WHAT YOU HAVE TO DO: In the entries that follow, the first line to write out is the one containing "#54=CARTESIAN_POINT('',(4.,0.,0.));", and the last is the one containing "#92=PLANE('',#59);". Reproduce that stretch exactly, with nothing before or after it.

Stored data
== Segment start ==

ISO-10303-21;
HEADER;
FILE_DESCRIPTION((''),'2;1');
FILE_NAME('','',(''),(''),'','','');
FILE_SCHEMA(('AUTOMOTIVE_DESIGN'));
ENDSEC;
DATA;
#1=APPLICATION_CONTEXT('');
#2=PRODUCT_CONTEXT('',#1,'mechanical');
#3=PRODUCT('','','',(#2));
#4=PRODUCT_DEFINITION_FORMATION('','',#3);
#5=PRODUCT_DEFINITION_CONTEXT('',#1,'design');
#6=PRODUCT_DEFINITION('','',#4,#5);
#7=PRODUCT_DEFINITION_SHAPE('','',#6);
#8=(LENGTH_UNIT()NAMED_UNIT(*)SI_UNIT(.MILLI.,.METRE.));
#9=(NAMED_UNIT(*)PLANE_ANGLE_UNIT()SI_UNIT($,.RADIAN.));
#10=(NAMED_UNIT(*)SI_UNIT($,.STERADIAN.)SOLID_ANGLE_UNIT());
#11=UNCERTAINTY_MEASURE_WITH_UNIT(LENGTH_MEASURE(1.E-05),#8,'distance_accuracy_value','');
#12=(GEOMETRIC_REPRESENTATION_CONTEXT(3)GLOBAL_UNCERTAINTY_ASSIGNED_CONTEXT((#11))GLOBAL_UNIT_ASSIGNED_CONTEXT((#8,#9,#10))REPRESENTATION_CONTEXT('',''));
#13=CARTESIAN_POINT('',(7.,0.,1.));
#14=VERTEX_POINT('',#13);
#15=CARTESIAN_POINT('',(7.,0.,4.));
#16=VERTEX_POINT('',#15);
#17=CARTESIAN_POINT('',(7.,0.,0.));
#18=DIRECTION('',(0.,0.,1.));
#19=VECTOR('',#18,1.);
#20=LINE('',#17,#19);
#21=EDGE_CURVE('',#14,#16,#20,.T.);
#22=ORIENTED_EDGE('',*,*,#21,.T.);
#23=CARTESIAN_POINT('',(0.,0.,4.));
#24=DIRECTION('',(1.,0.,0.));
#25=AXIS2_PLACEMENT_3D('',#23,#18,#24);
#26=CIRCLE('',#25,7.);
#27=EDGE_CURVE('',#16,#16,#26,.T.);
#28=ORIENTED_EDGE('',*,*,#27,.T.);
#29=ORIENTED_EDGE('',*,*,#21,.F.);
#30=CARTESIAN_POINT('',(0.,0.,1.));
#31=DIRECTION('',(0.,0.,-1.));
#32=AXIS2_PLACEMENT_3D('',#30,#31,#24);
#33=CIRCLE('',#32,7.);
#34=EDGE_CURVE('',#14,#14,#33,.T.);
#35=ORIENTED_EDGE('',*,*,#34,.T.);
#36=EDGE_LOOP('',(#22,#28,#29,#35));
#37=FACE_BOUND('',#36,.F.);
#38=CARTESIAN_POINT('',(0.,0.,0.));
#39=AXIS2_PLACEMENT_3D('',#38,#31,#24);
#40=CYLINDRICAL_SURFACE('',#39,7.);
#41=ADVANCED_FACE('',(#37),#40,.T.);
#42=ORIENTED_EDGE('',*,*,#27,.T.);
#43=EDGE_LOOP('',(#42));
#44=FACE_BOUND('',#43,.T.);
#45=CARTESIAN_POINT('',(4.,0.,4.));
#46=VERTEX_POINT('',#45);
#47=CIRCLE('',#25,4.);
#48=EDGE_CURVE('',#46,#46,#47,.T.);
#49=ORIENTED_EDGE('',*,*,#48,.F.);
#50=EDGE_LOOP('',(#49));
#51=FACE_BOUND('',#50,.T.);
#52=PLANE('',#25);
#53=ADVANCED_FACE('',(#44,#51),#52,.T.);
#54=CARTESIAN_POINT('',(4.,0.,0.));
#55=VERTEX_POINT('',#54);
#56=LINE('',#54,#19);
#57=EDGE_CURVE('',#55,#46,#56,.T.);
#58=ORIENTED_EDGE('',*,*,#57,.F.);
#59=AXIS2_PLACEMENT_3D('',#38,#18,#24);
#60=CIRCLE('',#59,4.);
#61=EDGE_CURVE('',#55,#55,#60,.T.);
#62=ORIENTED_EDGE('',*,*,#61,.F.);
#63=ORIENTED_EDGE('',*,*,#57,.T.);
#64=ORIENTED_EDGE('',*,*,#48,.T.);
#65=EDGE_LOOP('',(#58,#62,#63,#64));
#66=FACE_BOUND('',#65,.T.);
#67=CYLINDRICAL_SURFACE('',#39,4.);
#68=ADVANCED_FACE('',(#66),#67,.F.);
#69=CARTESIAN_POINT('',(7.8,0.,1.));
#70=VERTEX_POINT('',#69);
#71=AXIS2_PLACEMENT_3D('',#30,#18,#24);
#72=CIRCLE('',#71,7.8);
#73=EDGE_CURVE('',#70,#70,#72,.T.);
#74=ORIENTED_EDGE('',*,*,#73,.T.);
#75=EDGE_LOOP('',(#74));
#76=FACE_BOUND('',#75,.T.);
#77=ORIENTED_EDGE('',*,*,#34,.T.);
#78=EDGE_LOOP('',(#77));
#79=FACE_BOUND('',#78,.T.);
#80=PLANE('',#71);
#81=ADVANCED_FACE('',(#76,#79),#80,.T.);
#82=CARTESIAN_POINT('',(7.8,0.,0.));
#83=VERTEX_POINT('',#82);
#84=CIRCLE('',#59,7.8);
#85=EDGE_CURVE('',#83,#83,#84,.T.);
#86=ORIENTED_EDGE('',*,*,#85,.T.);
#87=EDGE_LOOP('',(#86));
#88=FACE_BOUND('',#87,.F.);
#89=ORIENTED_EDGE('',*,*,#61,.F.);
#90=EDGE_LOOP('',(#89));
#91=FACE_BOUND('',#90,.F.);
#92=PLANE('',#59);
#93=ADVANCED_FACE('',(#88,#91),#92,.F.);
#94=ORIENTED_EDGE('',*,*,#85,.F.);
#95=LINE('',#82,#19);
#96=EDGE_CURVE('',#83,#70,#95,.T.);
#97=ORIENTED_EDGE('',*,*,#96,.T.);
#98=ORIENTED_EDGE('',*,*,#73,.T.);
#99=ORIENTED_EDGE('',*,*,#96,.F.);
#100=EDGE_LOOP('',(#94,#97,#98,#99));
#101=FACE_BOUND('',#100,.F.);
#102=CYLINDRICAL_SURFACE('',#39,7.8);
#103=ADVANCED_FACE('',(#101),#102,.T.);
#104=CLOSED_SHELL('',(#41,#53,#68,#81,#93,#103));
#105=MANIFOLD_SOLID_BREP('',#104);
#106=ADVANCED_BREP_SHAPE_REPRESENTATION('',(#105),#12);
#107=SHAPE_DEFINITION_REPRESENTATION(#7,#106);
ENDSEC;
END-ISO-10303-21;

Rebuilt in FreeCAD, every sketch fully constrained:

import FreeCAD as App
import Part
import Sketcher
from FreeCAD import Vector
Q = App.Units.Quantity

doc = App.newDocument("Part")
body = doc.addObject("PartDesign::Body", "Body")

# Sketch on XY plane
sketch1 = body.newObject("Sketcher::SketchObject", "Sketch")
sketch1.AttachmentSupport = (doc.getObject("XY_Plane"), [""])
sketch1.MapMode = "FlatFace"
sketch1.addGeometry(Part.Circle(Vector(0, 0, 0), Vector(0, 0, 1), 7), False)
sketch1.addGeometry(Part.Circle(Vector(0, 0, 0), Vector(0, 0, 1), 4), False)
sketch1.addConstraint(Sketcher.Constraint("Coincident", 0, 3, -1, 1))
sketch1.addConstraint(Sketcher.Constraint("Coincident", 1, 3, -1, 1))
sketch1.addConstraint(Sketcher.Constraint("Diameter", 0, Q("14 mm")))
sketch1.addConstraint(Sketcher.Constraint("Diameter", 1, Q("8 mm")))
pad1 = body.newObject("PartDesign::Pad", "Pad")
pad1.Profile = sketch1
pad1.Length = 4

# Sketch on XY plane
sketch2 = body.newObject("Sketcher::SketchObject", "Sketch001")
sketch2.AttachmentSupport = (doc.getObject("XY_Plane"), [""])
sketch2.MapMode = "FlatFace"
sketch2.addGeometry(Part.Circle(Vector(0, 0, 0), Vector(0, 0, 1), 7.8), False)
sketch2.addGeometry(Part.Circle(Vector(0, 0, 0), Vector(0, 0, 1), 4), False)
sketch2.addConstraint(Sketcher.Constraint("Coincident", 0, 3, -1, 1))
sketch2.addConstraint(Sketcher.Constraint("Coincident", 1, 3, -1, 1))
sketch2.addConstraint(Sketcher.Constraint("Diameter", 1, Q("8 mm")))
sketch2.addConstraint(Sketcher.Constraint("Diameter", 0, Q("15.6 mm")))
pad2 = body.newObject("PartDesign::Pad", "Pad001")
pad2.Profile = sketch2
pad2.Length = 1

doc.recompute()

== Segment end ==

SOLUTION TO THIS TASK:
#54=CARTESIAN_POINT('',(4.,0.,0.));
#55=VERTEX_POINT('',#54);
#56=LINE('',#54,#19);
#57=EDGE_CURVE('',#55,#46,#56,.T.);
#58=ORIENTED_EDGE('',*,*,#57,.F.);
#59=AXIS2_PLACEMENT_3D('',#38,#18,#24);
#60=CIRCLE('',#59,4.);
#61=EDGE_CURVE('',#55,#55,#60,.T.);
#62=ORIENTED_EDGE('',*,*,#61,.F.);
#63=ORIENTED_EDGE('',*,*,#57,.T.);
#64=ORIENTED_EDGE('',*,*,#48,.T.);
#65=EDGE_LOOP('',(#58,#62,#63,#64));
#66=FACE_BOUND('',#65,.T.);
#67=CYLINDRICAL_SURFACE('',#39,4.);
#68=ADVANCED_FACE('',(#66),#67,.F.);
#69=CARTESIAN_POINT('',(7.8,0.,1.));
#70=VERTEX_POINT('',#69);
#71=AXIS2_PLACEMENT_3D('',#30,#18,#24);
#72=CIRCLE('',#71,7.8);
#73=EDGE_CURVE('',#70,#70,#72,.T.);
#74=ORIENTED_EDGE('',*,*,#73,.T.);
#75=EDGE_LOOP('',(#74));
#76=FACE_BOUND('',#75,.T.);
#77=ORIENTED_EDGE('',*,*,#34,.T.);
#78=EDGE_LOOP('',(#77));
#79=FACE_BOUND('',#78,.T.);
#80=PLANE('',#71);
#81=ADVANCED_FACE('',(#76,#79),#80,.T.);
#82=CARTESIAN_POINT('',(7.8,0.,0.));
#83=VERTEX_POINT('',#82);
#84=CIRCLE('',#59,7.8);
#85=EDGE_CURVE('',#83,#83,#84,.T.);
#86=ORIENTED_EDGE('',*,*,#85,.T.);
#87=EDGE_LOOP('',(#86));
#88=FACE_BOUND('',#87,.F.);
#89=ORIENTED_EDGE('',*,*,#61,.F.);
#90=EDGE_LOOP('',(#89));
#91=FACE_BOUND('',#90,.F.);
#92=PLANE('',#59);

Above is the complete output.